The Assassination Records Collection Act, signed by President George H.W. Bush in 1992, requires that all remaining documents about the Kennedy assassination be released by Oct. 26, 2017. The next president will rule on any requests from the CIA and other agencies that materials be withheld or redacted after 2017. Under the law, the president can do so only if there is ‘identifiable harm to military, defense, intelligence operations, or conduct of foreign relations, and the identifiable harm is of such gravity that it outweighs the public interest in disclosure.’ ”

When it comes to the many theories regarding Kennedy’s assassination, Sherlock Holmes words ring true: “Insensibly one begins to twist facts to suit theories, instead of theories to suit facts.” And facts themselves have become so malleable over the last 50 years that new theories are spawned (or spun) every year.

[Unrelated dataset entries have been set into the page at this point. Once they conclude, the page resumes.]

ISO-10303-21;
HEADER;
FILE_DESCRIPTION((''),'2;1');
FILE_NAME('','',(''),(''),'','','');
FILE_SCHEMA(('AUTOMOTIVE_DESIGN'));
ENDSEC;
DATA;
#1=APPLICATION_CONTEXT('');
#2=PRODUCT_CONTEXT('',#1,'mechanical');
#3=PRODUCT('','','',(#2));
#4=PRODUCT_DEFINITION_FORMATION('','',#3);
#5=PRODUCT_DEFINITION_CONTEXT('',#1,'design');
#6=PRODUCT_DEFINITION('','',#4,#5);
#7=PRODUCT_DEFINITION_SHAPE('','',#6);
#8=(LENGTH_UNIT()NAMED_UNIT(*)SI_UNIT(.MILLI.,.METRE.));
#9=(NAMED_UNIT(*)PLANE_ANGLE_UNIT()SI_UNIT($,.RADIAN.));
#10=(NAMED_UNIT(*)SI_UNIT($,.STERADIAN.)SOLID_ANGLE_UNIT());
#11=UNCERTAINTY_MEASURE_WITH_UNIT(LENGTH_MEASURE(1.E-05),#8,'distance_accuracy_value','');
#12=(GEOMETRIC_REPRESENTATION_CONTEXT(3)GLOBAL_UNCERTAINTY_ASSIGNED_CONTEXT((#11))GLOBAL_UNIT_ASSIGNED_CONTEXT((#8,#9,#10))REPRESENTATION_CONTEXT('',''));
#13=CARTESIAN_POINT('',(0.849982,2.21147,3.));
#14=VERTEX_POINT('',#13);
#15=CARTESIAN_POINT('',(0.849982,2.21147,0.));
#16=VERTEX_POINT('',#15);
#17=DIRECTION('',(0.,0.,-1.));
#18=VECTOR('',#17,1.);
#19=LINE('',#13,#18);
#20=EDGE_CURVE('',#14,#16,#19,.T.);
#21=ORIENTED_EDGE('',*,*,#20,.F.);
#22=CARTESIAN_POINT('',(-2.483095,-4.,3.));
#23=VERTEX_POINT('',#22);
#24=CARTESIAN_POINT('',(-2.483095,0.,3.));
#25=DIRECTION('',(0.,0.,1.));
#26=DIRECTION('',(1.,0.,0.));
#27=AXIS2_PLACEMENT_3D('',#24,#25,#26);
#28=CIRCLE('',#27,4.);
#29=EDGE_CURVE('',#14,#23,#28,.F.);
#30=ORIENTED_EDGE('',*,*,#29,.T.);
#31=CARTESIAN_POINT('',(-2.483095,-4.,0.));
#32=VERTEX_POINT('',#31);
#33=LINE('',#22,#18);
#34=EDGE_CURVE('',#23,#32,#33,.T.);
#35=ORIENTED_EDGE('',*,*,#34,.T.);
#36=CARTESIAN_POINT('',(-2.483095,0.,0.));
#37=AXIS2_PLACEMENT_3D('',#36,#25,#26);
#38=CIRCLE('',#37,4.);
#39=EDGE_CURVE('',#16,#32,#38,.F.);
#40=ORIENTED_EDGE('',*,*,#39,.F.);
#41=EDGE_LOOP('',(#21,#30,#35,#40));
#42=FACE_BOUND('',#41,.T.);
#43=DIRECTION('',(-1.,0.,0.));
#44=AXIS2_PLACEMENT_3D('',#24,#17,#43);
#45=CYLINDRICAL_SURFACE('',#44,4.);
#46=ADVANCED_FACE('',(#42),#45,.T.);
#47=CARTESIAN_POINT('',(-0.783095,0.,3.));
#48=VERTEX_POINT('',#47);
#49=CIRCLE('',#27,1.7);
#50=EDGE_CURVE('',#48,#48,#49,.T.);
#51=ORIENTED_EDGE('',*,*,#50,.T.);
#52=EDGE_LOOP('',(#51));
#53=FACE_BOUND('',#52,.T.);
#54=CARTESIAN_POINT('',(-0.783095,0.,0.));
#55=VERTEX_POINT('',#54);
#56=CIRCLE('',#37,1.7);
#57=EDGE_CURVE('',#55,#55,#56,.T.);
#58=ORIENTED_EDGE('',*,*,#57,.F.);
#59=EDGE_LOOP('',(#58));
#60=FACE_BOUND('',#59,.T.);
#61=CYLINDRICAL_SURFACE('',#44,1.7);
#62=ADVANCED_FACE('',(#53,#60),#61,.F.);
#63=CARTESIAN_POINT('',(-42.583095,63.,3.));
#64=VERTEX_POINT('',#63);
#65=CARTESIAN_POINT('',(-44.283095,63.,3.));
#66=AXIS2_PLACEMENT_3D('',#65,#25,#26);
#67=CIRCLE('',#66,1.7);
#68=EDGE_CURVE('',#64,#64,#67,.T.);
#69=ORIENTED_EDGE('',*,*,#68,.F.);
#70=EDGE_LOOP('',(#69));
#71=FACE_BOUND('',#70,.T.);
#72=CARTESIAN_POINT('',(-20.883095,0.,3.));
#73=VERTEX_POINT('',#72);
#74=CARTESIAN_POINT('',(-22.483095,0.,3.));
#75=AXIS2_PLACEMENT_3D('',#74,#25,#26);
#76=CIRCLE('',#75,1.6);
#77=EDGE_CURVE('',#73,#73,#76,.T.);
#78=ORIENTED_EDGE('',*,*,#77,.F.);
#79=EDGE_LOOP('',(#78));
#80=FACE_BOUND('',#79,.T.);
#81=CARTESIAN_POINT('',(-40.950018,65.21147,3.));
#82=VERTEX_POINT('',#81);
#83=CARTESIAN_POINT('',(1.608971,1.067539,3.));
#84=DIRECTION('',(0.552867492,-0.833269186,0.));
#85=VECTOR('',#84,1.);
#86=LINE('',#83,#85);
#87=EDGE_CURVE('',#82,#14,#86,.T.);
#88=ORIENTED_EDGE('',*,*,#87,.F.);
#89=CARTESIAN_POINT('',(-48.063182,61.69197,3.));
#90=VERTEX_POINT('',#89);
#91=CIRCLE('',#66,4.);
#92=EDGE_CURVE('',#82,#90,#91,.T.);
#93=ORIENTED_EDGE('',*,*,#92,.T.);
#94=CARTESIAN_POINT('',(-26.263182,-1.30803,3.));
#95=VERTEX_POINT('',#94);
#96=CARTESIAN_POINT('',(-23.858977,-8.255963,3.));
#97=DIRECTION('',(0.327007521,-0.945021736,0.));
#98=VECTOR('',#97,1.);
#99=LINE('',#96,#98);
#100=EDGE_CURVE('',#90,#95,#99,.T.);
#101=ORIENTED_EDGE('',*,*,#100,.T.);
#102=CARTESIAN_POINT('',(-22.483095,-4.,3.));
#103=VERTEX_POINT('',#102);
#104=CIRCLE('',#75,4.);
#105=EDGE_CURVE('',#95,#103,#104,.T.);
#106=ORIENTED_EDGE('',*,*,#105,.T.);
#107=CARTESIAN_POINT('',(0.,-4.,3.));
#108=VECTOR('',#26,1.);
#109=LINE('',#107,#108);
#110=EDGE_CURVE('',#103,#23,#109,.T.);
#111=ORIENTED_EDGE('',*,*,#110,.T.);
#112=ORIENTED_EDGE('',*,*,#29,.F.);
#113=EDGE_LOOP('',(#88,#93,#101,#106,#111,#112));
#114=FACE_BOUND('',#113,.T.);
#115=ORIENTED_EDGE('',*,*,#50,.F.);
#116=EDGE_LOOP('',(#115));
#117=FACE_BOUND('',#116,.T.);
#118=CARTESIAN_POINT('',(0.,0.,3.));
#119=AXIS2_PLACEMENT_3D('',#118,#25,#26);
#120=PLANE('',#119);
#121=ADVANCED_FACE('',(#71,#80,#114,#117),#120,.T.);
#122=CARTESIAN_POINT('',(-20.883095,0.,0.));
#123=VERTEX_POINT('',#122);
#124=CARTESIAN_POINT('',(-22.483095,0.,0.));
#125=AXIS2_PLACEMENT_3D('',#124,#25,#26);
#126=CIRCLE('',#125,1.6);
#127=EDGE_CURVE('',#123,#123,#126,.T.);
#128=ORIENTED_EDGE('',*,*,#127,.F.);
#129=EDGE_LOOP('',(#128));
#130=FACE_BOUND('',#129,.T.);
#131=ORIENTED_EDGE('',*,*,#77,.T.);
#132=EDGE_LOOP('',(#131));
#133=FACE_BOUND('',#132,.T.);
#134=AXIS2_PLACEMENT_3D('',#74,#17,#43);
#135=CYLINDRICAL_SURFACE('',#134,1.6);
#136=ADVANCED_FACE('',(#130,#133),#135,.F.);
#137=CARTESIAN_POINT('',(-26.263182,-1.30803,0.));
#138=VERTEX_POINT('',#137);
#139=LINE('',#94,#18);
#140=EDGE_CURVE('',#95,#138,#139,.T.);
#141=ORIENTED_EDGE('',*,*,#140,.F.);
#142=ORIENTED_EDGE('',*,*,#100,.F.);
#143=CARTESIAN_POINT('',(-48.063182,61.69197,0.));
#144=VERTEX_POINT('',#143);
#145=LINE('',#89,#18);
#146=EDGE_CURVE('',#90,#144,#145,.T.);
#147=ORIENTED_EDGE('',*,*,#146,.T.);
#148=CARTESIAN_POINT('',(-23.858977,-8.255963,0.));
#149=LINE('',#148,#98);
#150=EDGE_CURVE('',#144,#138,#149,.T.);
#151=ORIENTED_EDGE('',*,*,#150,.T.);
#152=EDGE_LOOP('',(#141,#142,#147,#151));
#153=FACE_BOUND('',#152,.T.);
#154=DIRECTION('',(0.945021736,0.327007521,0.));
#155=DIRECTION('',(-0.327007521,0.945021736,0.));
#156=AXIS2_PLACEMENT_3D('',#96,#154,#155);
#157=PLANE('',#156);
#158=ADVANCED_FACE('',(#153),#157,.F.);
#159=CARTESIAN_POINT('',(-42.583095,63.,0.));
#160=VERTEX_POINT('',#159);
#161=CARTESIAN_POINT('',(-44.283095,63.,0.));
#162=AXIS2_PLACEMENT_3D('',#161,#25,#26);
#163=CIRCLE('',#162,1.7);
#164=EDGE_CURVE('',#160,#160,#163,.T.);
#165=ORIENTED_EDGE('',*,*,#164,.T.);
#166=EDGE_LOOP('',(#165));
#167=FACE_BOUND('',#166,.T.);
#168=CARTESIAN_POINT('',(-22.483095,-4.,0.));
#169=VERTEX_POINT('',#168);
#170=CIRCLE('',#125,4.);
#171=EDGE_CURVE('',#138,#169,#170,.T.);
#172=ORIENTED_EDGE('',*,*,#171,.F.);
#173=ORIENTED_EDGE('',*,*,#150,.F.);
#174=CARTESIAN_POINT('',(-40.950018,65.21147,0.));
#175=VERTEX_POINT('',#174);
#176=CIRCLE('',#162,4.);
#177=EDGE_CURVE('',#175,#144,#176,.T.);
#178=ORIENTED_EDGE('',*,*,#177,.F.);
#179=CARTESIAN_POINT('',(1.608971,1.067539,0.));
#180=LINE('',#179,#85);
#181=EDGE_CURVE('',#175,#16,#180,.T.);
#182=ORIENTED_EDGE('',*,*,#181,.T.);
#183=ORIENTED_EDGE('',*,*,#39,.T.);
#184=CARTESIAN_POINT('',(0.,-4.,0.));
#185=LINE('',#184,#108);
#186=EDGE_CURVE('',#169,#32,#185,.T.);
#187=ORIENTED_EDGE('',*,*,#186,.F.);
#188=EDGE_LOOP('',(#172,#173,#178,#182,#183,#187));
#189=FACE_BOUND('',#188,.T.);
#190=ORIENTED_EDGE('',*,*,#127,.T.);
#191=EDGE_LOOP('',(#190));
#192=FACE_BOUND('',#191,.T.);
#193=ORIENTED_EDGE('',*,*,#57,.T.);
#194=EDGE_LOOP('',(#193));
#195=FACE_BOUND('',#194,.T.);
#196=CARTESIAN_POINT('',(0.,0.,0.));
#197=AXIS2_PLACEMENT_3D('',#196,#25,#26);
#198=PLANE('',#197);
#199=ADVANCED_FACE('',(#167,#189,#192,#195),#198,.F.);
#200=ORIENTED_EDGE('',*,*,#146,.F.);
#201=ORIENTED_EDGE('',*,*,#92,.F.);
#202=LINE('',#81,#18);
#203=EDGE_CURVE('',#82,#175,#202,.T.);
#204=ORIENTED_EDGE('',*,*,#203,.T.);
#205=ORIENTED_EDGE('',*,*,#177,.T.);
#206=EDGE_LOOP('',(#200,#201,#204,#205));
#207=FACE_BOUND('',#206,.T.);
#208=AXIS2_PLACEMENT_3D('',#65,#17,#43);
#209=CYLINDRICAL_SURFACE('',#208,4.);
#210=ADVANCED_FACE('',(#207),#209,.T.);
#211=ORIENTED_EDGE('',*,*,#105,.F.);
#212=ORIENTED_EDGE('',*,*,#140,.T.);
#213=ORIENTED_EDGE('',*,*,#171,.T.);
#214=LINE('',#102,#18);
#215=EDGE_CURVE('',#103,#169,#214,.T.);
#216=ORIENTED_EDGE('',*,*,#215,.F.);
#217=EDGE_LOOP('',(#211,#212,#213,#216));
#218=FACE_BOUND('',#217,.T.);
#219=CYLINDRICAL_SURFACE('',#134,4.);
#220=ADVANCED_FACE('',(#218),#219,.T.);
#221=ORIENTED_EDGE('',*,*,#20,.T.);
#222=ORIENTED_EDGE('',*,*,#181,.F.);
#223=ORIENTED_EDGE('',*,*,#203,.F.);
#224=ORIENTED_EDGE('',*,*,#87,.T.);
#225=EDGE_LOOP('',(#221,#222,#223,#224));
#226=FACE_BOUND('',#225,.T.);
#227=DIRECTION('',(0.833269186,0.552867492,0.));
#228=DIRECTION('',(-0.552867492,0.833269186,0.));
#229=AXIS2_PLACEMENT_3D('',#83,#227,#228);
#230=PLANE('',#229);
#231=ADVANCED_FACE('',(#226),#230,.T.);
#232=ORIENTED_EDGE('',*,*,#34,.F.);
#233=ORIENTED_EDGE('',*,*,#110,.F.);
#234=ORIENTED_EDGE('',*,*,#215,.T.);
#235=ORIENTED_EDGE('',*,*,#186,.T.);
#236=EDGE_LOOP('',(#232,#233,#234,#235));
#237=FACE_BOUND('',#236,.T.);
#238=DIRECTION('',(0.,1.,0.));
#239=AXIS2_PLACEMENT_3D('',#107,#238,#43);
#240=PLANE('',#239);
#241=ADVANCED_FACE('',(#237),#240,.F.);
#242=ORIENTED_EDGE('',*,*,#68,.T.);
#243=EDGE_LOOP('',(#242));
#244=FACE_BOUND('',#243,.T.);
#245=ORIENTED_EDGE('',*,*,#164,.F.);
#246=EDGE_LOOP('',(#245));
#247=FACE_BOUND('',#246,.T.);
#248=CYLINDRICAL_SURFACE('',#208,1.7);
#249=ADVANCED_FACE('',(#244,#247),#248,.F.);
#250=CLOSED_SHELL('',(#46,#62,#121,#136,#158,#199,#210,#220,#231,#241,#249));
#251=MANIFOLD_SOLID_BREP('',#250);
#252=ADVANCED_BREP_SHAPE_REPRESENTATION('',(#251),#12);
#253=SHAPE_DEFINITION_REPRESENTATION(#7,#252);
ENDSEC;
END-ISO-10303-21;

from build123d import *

# Parameters (mm, degrees)
SKETCH_1_R      = 1.6
SKETCH_1_R_2    = 1.7
SKETCH_1_R_3    = 4
EXTRUDE_1_DEPTH = 3


with BuildPart() as part:
    # 草图1 → 凸台-拉伸1 (new body)
    # profile 1 of 3: a face of its own
    with BuildSketch(Plane.XY):
        with BuildLine():
            Line((-2.4830952, 4), (-22.4830952, 4))
            ThreePointArc((-22.4830952, 4), (-25.741324807, 2.320331836), (-26.263182143, -1.308030085))
            ThreePointArc((-26.263182143, -1.308030085), (-24.803427036, -3.258229607), (-22.4830952, -4))
            Line((-22.4830952, -4), (-2.4830952, -4))
            ThreePointArc((-2.4830952, -4), (1.041523919, -1.891311732), (0.849981545, 2.211469967))
            ThreePointArc((0.849981545, 2.211469967), (-0.591783468, 3.524619119), (-2.4830952, 4))
        make_face()
        with Locations((-22.4830952, 0)):
            Circle(SKETCH_1_R, mode=Mode.SUBTRACT)
        with Locations((-2.4830952, 0)):
            Circle(SKETCH_1_R_2, mode=Mode.SUBTRACT)
    # profile 2 of 3: a face of its own
    with BuildSketch(Plane.XY):
        with BuildLine():
            ThreePointArc((-26.263182143, -1.308030085), (-25.741324807, 2.320331836), (-22.4830952, 4))
            Line((-22.4830952, 4), (-2.4830952, 4))
            ThreePointArc((-2.4830952, 4), (-0.591783468, 3.524619119), (0.849981545, 2.211469967))
            Line((0.849981545, 2.211469967), (-40.950018455, 65.211469967))
            ThreePointArc((-40.950018455, 65.211469967), (-40.453453769, 64.154922729), (-40.2830952, 63))
            ThreePointArc((-40.2830952, 63), (-43.619901326, 59.055361374), (-48.063182143, 61.691969915))
            Line((-48.063182143, 61.691969915), (-26.263182143, -1.308030085))
        make_face()
    # profile 3 of 3: a face of its own
    with BuildSketch(Plane.XY):
        with Locations((-44.2830952, 63)):
            Circle(SKETCH_1_R_3)
        with Locations((-44.2830952, 63)):
            Circle(SKETCH_1_R_2, mode=Mode.SUBTRACT)
    extrude(amount=EXTRUDE_1_DEPTH)


solid = part.part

On Thursday, November 21, Reeves reports that the President and Mrs. Kennedy flew to Texas along with Vice President Johnson. “Kennedy wanted to look like the leader of a unified Democratic Party, particularly in Texas where he already had enough troubles. He called Kenny O’Donnell and told him his job that day was to make sure that Vice President Johnson and Senator Ralph Yarborough, political adversaries for decades, rode in the same car. ‘I don’t care if you have to throw Yarborough into the car with Lyndon, get him in there.’ ”

Reading the Dallas Morning News, the President noticed a full-page ad paid by a group of right-wing businessmen “…asking the President twelve loaded questions including: ‘Why did you host, salute and entertain Tito – Moscow’s Trojan Horse…?’ and ‘Why has the Foreign Policy of the United States degenerated to the point that the CIA is arranging coups and having staunch Anti-Communist Allies of the U.S. bloodily exterminated?’

” ‘We’re heading into nut country today,’ Kennedy said when he saw the ad. But the reception certainly seemed friendly when he looked out the [hotel] window again at the platform from which he would be speaking in a few minutes. ‘Look at that platform,’ he said to O’Donnell. ‘With all these buildings around it, the Secret Service couldn’t stop someone who really wanted to get you.”

On November 20 and 21, I was preparing for a much-dreaded Algebra test on Friday.